-- Task instructions --
Everything in the data below is left aside except the lines from the one containing "f 118 116 6" through the one containing "f 182 179 193"; repeat those exactly.

-- Task material --
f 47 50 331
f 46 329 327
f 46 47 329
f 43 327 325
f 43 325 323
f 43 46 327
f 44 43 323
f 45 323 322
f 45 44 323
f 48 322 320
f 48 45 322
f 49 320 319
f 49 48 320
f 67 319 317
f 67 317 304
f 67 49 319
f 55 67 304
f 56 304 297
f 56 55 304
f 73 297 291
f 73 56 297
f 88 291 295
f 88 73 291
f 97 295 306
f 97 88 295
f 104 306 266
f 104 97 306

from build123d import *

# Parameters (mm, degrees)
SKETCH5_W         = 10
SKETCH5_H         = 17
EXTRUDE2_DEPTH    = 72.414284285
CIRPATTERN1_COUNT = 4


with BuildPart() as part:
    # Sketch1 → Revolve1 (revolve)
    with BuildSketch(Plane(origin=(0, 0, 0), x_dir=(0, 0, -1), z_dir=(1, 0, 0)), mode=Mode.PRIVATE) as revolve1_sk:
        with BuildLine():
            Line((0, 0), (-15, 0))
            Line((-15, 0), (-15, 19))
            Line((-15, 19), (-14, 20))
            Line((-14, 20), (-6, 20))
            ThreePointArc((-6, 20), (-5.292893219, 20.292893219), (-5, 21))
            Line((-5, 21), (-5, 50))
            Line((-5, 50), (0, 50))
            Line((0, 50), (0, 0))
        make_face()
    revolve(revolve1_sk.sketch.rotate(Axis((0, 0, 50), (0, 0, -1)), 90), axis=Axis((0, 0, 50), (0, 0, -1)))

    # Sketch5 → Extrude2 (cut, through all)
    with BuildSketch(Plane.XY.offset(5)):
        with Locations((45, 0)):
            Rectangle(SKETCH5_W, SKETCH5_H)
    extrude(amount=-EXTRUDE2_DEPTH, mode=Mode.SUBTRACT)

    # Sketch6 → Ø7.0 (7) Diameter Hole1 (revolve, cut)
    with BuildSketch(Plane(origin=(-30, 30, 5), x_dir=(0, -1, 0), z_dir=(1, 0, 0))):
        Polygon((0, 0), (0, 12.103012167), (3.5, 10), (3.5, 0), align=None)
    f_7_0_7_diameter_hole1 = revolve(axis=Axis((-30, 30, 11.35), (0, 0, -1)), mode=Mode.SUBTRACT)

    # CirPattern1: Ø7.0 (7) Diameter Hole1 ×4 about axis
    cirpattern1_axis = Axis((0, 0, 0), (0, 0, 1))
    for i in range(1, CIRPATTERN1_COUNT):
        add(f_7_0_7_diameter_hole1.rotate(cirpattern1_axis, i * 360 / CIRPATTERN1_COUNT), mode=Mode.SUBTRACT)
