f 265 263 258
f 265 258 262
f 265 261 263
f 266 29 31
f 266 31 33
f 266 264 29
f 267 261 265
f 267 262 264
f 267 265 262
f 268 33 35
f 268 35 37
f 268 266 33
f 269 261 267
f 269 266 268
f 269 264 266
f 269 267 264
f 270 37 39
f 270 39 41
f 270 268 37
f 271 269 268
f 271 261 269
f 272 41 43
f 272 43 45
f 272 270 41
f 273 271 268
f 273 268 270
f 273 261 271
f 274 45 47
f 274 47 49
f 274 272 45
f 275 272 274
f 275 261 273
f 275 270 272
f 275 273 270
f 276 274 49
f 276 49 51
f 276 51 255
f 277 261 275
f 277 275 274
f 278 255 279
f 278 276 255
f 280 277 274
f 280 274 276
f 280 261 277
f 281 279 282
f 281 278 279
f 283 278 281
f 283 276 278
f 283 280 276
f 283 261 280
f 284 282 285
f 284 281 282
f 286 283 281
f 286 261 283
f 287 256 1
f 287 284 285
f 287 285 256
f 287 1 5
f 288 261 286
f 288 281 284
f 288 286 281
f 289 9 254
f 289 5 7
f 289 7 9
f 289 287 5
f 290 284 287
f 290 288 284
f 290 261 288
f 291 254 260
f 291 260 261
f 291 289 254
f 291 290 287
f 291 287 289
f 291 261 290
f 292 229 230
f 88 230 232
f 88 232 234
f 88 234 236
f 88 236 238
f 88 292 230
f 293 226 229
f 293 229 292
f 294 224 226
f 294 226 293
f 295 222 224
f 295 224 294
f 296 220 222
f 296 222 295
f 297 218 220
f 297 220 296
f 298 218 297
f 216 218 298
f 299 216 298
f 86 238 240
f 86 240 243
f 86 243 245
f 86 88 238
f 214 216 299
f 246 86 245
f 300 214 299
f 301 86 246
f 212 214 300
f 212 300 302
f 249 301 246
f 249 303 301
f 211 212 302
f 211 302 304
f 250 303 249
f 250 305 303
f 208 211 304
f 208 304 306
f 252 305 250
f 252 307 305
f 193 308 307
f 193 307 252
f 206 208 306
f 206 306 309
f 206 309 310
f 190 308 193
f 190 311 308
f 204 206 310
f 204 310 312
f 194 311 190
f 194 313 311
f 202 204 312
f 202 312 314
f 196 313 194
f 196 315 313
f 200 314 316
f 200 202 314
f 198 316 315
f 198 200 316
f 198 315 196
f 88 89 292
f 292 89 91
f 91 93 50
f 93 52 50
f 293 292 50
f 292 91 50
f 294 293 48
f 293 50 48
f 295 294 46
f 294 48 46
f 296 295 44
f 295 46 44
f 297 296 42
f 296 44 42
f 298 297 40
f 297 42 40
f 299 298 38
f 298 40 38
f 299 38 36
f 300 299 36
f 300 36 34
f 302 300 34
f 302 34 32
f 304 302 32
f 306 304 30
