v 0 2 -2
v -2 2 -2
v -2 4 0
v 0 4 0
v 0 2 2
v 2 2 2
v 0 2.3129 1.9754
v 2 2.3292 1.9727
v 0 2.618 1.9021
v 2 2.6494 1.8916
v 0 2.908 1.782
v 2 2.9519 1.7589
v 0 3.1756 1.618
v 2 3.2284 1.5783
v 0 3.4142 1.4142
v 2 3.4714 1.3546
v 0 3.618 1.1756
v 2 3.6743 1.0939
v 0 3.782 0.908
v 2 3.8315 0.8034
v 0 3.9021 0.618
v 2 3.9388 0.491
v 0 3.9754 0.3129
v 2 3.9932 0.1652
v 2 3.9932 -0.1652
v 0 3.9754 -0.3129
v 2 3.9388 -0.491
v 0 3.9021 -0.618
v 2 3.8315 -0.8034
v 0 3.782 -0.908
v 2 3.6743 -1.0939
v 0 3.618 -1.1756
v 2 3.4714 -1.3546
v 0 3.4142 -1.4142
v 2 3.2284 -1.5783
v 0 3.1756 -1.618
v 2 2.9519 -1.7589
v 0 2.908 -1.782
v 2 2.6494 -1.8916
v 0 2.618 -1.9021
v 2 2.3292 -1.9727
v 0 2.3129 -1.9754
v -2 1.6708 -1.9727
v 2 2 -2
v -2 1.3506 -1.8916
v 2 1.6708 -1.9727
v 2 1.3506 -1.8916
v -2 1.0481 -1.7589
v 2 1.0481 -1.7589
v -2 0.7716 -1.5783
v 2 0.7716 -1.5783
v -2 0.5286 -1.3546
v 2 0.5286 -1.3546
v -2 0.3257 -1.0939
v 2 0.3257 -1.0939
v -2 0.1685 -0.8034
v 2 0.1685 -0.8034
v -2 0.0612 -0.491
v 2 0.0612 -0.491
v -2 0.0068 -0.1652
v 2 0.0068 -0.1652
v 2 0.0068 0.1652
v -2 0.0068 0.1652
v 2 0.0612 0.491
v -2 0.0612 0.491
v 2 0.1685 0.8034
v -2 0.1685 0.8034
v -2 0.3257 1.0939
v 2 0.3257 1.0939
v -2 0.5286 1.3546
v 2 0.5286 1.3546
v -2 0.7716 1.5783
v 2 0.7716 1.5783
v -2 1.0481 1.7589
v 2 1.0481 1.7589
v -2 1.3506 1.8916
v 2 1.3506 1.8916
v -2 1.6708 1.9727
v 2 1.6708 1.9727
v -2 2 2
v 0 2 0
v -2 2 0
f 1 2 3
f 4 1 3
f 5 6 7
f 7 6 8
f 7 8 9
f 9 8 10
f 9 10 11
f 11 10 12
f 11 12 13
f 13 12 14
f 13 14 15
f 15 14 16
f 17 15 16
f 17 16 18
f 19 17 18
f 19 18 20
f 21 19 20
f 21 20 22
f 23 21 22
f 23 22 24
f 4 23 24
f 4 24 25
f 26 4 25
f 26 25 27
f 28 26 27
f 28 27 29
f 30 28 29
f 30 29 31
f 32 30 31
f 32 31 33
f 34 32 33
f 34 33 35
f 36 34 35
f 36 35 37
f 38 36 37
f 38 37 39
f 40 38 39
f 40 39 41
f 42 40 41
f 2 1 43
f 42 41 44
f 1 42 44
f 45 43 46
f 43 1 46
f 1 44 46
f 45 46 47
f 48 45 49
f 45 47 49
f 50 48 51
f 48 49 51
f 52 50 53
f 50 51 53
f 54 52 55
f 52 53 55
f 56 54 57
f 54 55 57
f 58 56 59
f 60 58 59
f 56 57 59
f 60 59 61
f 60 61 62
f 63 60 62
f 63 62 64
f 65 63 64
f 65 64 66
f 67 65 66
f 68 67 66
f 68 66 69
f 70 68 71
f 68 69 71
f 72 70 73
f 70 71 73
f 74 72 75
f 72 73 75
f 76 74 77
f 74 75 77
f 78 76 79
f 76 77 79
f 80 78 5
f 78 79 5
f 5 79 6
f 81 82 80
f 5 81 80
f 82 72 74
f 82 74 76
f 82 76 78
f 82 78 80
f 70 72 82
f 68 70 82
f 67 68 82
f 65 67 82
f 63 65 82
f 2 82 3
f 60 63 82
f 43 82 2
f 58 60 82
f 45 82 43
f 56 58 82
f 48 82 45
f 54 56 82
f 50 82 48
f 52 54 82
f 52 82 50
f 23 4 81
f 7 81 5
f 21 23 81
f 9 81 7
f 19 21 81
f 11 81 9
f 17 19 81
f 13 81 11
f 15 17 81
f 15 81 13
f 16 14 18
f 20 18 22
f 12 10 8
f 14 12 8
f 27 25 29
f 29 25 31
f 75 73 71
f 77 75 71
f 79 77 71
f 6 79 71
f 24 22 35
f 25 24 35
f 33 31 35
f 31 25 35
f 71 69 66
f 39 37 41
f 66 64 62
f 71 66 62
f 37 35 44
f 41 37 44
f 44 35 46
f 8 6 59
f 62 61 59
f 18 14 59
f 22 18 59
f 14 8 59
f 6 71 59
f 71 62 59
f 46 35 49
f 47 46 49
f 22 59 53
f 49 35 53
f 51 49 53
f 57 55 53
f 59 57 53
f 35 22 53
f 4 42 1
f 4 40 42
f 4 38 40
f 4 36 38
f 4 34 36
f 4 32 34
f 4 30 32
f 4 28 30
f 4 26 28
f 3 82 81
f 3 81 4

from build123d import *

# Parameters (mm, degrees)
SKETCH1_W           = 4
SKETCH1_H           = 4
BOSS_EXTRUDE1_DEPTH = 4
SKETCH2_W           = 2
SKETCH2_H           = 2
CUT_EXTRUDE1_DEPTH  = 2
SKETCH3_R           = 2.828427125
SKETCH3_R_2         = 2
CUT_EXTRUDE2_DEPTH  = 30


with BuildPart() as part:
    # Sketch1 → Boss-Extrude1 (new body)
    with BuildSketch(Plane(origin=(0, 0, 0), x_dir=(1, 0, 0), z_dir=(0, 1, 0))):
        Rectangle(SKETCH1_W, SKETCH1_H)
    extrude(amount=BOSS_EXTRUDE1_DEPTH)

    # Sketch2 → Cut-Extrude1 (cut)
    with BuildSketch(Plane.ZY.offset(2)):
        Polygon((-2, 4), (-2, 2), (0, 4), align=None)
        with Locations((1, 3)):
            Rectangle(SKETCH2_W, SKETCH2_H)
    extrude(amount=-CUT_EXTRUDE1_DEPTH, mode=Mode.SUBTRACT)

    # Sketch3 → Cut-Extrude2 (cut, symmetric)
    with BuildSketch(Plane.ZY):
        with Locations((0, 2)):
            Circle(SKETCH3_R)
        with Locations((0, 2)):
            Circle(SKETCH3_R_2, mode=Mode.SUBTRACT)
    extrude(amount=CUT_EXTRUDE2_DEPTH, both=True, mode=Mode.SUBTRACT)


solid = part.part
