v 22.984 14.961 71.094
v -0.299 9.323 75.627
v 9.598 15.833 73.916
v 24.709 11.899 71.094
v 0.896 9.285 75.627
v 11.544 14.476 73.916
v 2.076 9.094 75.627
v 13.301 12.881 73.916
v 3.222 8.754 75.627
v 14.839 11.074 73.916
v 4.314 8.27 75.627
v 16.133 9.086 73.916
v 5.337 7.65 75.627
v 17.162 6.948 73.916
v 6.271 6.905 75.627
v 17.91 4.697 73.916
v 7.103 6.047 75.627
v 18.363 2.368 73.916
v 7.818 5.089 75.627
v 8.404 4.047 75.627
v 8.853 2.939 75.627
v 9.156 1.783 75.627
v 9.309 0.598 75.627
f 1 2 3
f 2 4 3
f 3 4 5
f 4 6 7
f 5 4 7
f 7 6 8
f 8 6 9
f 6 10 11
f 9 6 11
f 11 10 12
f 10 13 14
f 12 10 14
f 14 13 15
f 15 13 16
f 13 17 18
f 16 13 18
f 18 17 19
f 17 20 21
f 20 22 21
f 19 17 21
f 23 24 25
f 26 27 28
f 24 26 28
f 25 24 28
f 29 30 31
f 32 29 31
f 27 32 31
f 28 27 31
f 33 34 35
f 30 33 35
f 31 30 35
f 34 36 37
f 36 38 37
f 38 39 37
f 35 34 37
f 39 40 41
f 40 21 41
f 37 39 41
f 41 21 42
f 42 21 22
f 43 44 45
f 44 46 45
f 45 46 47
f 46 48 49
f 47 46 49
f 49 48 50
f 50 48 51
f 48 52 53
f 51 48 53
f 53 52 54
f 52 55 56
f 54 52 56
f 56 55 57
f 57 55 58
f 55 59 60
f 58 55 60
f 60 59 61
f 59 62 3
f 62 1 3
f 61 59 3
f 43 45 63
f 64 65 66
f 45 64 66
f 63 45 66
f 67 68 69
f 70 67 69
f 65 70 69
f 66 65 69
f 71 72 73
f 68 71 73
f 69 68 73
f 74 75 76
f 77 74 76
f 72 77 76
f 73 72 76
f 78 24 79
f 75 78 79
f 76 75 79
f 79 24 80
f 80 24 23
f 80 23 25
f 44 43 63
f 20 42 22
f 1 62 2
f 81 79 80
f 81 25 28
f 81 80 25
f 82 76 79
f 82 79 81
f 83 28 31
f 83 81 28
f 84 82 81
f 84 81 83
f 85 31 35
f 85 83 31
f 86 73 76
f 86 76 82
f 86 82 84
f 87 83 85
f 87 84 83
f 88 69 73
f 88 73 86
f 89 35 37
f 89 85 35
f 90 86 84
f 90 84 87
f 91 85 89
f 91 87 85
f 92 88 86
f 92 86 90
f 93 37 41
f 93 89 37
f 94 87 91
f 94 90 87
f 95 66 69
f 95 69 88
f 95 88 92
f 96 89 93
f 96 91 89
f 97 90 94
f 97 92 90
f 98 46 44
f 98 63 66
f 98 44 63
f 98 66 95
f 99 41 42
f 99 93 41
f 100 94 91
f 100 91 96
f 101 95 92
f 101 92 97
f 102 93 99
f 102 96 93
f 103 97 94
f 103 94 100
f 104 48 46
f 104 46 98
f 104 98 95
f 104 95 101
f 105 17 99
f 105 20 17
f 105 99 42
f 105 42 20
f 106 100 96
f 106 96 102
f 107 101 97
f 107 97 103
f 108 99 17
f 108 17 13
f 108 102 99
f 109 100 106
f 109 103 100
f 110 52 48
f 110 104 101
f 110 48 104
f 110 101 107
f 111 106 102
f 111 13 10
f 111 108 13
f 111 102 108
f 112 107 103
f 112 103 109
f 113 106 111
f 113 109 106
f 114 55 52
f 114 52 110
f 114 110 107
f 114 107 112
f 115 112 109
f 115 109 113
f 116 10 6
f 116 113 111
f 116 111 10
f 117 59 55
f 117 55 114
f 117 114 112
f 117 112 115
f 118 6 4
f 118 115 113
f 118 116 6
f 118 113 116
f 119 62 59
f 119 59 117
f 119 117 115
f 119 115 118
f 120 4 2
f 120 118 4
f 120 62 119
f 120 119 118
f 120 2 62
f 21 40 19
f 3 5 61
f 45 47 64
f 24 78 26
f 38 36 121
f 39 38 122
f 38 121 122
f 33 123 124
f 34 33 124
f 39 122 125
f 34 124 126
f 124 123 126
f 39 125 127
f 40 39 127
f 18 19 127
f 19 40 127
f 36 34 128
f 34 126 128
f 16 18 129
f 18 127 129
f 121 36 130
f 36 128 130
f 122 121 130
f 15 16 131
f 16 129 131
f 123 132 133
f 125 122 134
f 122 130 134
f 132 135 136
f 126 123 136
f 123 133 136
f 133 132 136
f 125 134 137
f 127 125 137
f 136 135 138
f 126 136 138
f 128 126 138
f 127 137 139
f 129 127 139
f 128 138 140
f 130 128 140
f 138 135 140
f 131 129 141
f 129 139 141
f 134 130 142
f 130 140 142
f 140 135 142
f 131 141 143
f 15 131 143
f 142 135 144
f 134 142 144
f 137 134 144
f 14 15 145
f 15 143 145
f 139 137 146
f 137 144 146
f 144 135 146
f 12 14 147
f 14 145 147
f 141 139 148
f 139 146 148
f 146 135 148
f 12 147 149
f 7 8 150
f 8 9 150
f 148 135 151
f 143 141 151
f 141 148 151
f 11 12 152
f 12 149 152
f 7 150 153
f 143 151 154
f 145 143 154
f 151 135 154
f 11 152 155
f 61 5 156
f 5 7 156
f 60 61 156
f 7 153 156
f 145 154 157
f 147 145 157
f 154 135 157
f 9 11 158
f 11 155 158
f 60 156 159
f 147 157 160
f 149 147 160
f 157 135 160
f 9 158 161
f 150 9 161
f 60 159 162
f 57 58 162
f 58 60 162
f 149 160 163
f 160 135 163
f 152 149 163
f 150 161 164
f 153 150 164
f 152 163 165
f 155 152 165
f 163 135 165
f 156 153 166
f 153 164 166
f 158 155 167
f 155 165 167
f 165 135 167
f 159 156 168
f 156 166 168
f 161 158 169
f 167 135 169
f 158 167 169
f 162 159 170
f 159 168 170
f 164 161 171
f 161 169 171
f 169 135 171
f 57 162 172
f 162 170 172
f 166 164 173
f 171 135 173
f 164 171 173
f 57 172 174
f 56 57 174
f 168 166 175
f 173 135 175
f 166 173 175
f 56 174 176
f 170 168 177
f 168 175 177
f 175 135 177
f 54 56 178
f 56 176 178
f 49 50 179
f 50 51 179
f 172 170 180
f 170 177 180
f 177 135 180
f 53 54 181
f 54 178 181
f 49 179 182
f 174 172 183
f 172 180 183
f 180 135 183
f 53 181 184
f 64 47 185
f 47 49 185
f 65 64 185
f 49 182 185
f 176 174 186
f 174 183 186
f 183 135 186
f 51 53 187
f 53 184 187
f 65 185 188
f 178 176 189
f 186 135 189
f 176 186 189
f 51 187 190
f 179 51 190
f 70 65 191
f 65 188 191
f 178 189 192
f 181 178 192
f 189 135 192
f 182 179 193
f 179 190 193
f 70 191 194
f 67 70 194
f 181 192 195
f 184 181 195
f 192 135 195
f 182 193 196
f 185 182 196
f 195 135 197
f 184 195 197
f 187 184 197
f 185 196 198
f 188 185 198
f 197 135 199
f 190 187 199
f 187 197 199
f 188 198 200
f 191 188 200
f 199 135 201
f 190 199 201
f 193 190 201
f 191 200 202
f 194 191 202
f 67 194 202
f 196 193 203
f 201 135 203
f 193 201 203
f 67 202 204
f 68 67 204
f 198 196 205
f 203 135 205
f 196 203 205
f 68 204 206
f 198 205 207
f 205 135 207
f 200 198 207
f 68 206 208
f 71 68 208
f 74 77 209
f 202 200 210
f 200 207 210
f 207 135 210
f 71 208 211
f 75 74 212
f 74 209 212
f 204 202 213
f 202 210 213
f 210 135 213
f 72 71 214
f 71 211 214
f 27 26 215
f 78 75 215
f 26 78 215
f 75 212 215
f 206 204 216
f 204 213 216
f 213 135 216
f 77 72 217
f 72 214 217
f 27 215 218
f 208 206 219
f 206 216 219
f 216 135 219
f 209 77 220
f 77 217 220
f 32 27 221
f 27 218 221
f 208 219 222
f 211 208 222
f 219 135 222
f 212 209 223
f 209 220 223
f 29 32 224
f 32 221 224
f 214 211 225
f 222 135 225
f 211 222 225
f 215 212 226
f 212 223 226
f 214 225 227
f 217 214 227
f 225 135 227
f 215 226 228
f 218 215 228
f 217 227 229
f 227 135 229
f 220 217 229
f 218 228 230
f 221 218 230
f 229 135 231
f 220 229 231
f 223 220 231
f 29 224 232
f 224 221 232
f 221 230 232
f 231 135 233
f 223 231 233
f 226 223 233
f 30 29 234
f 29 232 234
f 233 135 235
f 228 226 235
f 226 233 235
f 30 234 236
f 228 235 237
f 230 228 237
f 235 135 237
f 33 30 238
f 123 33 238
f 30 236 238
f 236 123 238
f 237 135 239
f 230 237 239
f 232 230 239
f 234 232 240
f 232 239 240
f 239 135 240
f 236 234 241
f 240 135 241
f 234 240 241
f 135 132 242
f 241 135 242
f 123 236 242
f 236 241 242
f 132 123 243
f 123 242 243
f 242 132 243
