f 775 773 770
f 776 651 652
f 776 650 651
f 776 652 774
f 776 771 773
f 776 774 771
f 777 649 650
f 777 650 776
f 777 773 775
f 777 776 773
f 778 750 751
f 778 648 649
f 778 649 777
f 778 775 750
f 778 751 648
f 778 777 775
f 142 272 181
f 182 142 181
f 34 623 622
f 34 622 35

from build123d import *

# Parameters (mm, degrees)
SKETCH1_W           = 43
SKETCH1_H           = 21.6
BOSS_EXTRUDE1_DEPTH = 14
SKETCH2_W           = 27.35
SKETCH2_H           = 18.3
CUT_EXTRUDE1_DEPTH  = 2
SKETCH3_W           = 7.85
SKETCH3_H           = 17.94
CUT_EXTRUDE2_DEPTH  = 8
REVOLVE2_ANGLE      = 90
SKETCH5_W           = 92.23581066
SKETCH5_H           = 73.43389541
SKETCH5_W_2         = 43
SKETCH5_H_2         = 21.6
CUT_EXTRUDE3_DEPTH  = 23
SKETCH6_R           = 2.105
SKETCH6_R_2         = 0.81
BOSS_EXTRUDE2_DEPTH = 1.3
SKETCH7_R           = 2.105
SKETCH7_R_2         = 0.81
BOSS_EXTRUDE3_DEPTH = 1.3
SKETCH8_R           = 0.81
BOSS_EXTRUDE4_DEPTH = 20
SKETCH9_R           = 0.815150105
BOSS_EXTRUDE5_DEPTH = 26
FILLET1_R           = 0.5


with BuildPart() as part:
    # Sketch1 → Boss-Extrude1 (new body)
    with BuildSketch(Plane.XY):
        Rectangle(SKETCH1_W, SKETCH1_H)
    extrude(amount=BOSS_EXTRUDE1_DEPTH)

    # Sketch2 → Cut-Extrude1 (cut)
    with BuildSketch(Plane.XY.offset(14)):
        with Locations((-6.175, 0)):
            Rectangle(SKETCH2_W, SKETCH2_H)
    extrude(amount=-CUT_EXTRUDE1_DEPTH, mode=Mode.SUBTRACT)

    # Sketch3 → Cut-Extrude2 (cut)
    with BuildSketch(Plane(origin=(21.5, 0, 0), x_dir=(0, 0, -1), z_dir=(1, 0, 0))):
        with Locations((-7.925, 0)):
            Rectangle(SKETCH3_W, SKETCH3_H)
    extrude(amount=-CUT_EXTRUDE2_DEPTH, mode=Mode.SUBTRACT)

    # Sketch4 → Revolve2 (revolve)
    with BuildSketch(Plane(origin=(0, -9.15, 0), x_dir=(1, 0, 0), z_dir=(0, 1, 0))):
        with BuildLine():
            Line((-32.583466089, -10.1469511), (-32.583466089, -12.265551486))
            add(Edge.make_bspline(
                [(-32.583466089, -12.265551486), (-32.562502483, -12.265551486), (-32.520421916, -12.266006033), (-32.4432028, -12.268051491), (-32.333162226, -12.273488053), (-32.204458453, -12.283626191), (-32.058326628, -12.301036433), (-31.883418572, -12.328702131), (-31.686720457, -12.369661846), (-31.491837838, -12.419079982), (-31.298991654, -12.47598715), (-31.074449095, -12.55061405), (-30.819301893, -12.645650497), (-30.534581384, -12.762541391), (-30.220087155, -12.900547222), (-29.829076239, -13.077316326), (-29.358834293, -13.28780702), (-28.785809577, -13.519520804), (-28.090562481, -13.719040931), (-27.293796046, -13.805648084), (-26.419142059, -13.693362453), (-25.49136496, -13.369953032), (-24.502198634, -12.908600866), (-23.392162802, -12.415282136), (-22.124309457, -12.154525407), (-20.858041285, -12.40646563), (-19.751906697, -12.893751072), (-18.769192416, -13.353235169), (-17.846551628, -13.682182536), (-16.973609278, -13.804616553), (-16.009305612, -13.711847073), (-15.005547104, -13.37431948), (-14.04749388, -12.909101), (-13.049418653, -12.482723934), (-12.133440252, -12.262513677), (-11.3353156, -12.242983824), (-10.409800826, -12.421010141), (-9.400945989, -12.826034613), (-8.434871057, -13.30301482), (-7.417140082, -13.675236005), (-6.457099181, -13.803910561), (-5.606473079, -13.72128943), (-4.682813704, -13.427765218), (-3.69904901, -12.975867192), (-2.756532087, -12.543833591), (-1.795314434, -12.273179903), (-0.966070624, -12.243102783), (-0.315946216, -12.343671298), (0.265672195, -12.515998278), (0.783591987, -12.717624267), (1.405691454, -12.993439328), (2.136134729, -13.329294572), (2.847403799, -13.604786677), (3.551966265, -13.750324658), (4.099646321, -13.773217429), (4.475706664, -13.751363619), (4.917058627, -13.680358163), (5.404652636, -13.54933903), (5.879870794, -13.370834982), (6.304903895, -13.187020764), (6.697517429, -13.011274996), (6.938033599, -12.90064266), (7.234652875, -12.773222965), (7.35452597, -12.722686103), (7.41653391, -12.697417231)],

-- Reply to the exercise --
f 118 116 6
f 118 113 116
f 119 62 59
f 119 59 117
f 119 117 115
f 119 115 118
f 120 4 2
f 120 118 4
f 120 62 119
f 120 119 118
f 120 2 62
f 21 40 19
f 3 5 61
f 45 47 64
f 24 78 26
f 38 36 121
f 39 38 122
f 38 121 122
f 33 123 124
f 34 33 124
f 39 122 125
f 34 124 126
f 124 123 126
f 39 125 127
f 40 39 127
f 18 19 127
f 19 40 127
f 36 34 128
f 34 126 128
f 16 18 129
f 18 127 129
f 121 36 130
f 36 128 130
f 122 121 130
f 15 16 131
f 16 129 131
f 123 132 133
f 125 122 134
f 122 130 134
f 132 135 136
f 126 123 136
f 123 133 136
f 133 132 136
f 125 134 137
f 127 125 137
f 136 135 138
f 126 136 138
f 128 126 138
f 127 137 139
f 129 127 139
f 128 138 140
f 130 128 140
f 138 135 140
f 131 129 141
f 129 139 141
f 134 130 142
f 130 140 142
f 140 135 142
f 131 141 143
f 15 131 143
f 142 135 144
f 134 142 144
f 137 134 144
f 14 15 145
f 15 143 145
f 139 137 146
f 137 144 146
f 144 135 146
f 12 14 147
f 14 145 147
f 141 139 148
f 139 146 148
f 146 135 148
f 12 147 149
f 7 8 150
f 8 9 150
f 148 135 151
f 143 141 151
f 141 148 151
f 11 12 152
f 12 149 152
f 7 150 153
f 143 151 154
f 145 143 154
f 151 135 154
f 11 152 155
f 61 5 156
f 5 7 156
f 60 61 156
f 7 153 156
f 145 154 157
f 147 145 157
f 154 135 157
f 9 11 158
f 11 155 158
f 60 156 159
f 147 157 160
f 149 147 160
f 157 135 160
f 9 158 161
f 150 9 161
f 60 159 162
f 57 58 162
f 58 60 162
f 149 160 163
f 160 135 163
f 152 149 163
f 150 161 164
f 153 150 164
f 152 163 165
f 155 152 165
f 163 135 165
f 156 153 166
f 153 164 166
f 158 155 167
f 155 165 167
f 165 135 167
f 159 156 168
f 156 166 168
f 161 158 169
f 167 135 169
f 158 167 169
f 162 159 170
f 159 168 170
f 164 161 171
f 161 169 171
f 169 135 171
f 57 162 172
f 162 170 172
f 166 164 173
f 171 135 173
f 164 171 173
f 57 172 174
f 56 57 174
f 168 166 175
f 173 135 175
f 166 173 175
f 56 174 176
f 170 168 177
f 168 175 177
f 175 135 177
f 54 56 178
f 56 176 178
f 49 50 179
f 50 51 179
f 172 170 180
f 170 177 180
f 177 135 180
f 53 54 181
f 54 178 181
f 49 179 182
f 174 172 183
f 172 180 183
f 180 135 183
f 53 181 184
f 64 47 185
f 47 49 185
f 65 64 185
f 49 182 185
f 176 174 186
f 174 183 186
f 183 135 186
f 51 53 187
f 53 184 187
f 65 185 188
f 178 176 189
f 186 135 189
f 176 186 189
f 51 187 190
f 179 51 190
f 70 65 191
f 65 188 191
f 178 189 192
f 181 178 192
f 189 135 192
f 182 179 193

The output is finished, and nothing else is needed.